About this task:
Nothing in the records may be changed; reproduce all of them.

Input for this task:
________
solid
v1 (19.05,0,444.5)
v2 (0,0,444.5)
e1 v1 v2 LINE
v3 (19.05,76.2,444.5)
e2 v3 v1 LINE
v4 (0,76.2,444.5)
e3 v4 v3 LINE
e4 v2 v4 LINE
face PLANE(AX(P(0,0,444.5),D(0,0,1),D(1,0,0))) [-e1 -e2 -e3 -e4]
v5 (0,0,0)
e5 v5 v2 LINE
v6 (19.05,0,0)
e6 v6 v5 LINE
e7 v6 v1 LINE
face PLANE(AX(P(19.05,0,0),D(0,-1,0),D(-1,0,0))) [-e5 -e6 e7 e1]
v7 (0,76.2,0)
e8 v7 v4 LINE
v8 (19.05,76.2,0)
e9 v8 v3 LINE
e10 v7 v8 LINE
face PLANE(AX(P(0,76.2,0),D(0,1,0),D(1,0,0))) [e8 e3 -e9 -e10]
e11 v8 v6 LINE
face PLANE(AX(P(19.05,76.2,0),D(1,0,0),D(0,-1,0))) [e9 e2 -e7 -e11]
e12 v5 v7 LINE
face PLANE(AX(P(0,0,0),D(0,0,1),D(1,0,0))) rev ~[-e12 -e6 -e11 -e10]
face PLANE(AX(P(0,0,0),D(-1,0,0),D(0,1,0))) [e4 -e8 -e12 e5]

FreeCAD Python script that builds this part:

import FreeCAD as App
import Part
import Sketcher

V = App.Vector
Q = App.Units.Quantity


def add_polygon(sketch, points):
    """Adds a closed chain of lines whose ends are joined by coincident constraints."""
    first, n = sketch.GeometryCount, len(points)
    for a, b in zip(points, points[1:] + points[:1]):
        sketch.addGeometry(Part.LineSegment(App.Vector(*a, 0), App.Vector(*b, 0)), False)
    for i in range(n):
        sketch.addConstraint(Sketcher.Constraint("Coincident", first + i, 2, first + (i + 1) % n, 1))

doc = App.newDocument("Part")
body = doc.addObject("PartDesign::Body", "Body")

# Sketch on XY plane
sketch1 = body.newObject("Sketcher::SketchObject", "Sketch")
sketch1.AttachmentSupport = (doc.getObject("XY_Plane"), [""])
sketch1.MapMode = "FlatFace"
add_polygon(sketch1, [(19, 76), (0, 76), (0, 0), (19, 0)])  # lines 0-3
sketch1.addConstraint(Sketcher.Constraint("Horizontal", 0))
sketch1.addConstraint(Sketcher.Constraint("Vertical", 1))
sketch1.addConstraint(Sketcher.Constraint("Horizontal", 2))
sketch1.addConstraint(Sketcher.Constraint("Vertical", 3))
sketch1.addConstraint(Sketcher.Constraint("Coincident", 1, 2, -1, 1))
sketch1.addConstraint(Sketcher.Constraint("DistanceY", 1, 2, 1, 1, Q("3 in")))
sketch1.addConstraint(Sketcher.Constraint("DistanceX", 0, 2, 0, 1, Q("0.75 in")))
pad1 = body.newObject("PartDesign::Pad", "Pad")
pad1.Profile = sketch1
pad1.Length = Q("17.5 in")

doc.recompute()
________
Written response:
solid
v1 (19.05,0,444.5)
v2 (0,0,444.5)
e1 v1 v2 LINE
v3 (19.05,76.2,444.5)
e2 v3 v1 LINE
v4 (0,76.2,444.5)
e3 v4 v3 LINE
e4 v2 v4 LINE
face PLANE(AX(P(0,0,444.5),D(0,0,1),D(1,0,0))) [-e1 -e2 -e3 -e4]
v5 (0,0,0)
e5 v5 v2 LINE
v6 (19.05,0,0)
e6 v6 v5 LINE
e7 v6 v1 LINE
face PLANE(AX(P(19.05,0,0),D(0,-1,0),D(-1,0,0))) [-e5 -e6 e7 e1]
v7 (0,76.2,0)
e8 v7 v4 LINE
v8 (19.05,76.2,0)
e9 v8 v3 LINE
e10 v7 v8 LINE
face PLANE(AX(P(0,76.2,0),D(0,1,0),D(1,0,0))) [e8 e3 -e9 -e10]
e11 v8 v6 LINE
face PLANE(AX(P(19.05,76.2,0),D(1,0,0),D(0,-1,0))) [e9 e2 -e7 -e11]
e12 v5 v7 LINE
face PLANE(AX(P(0,0,0),D(0,0,1),D(1,0,0))) rev ~[-e12 -e6 -e11 -e10]
face PLANE(AX(P(0,0,0),D(-1,0,0),D(0,1,0))) [e4 -e8 -e12 e5]

FreeCAD Python script that builds this part:

import FreeCAD as App
import Part
import Sketcher

V = App.Vector
Q = App.Units.Quantity


def add_polygon(sketch, points):
    """Adds a closed chain of lines whose ends are joined by coincident constraints."""
    first, n = sketch.GeometryCount, len(points)
    for a, b in zip(points, points[1:] + points[:1]):
        sketch.addGeometry(Part.LineSegment(App.Vector(*a, 0), App.Vector(*b, 0)), False)
    for i in range(n):
        sketch.addConstraint(Sketcher.Constraint("Coincident", first + i, 2, first + (i + 1) % n, 1))

doc = App.newDocument("Part")
body = doc.addObject("PartDesign::Body", "Body")

# Sketch on XY plane
sketch1 = body.newObject("Sketcher::SketchObject", "Sketch")
sketch1.AttachmentSupport = (doc.getObject("XY_Plane"), [""])
sketch1.MapMode = "FlatFace"
add_polygon(sketch1, [(19, 76), (0, 76), (0, 0), (19, 0)])  # lines 0-3
sketch1.addConstraint(Sketcher.Constraint("Horizontal", 0))
sketch1.addConstraint(Sketcher.Constraint("Vertical", 1))
sketch1.addConstraint(Sketcher.Constraint("Horizontal", 2))
sketch1.addConstraint(Sketcher.Constraint("Vertical", 3))
sketch1.addConstraint(Sketcher.Constraint("Coincident", 1, 2, -1, 1))
sketch1.addConstraint(Sketcher.Constraint("DistanceY", 1, 2, 1, 1, Q("3 in")))
sketch1.addConstraint(Sketcher.Constraint("DistanceX", 0, 2, 0, 1, Q("0.75 in")))
pad1 = body.newObject("PartDesign::Pad", "Pad")
pad1.Profile = sketch1
pad1.Length = Q("17.5 in")

doc.recompute()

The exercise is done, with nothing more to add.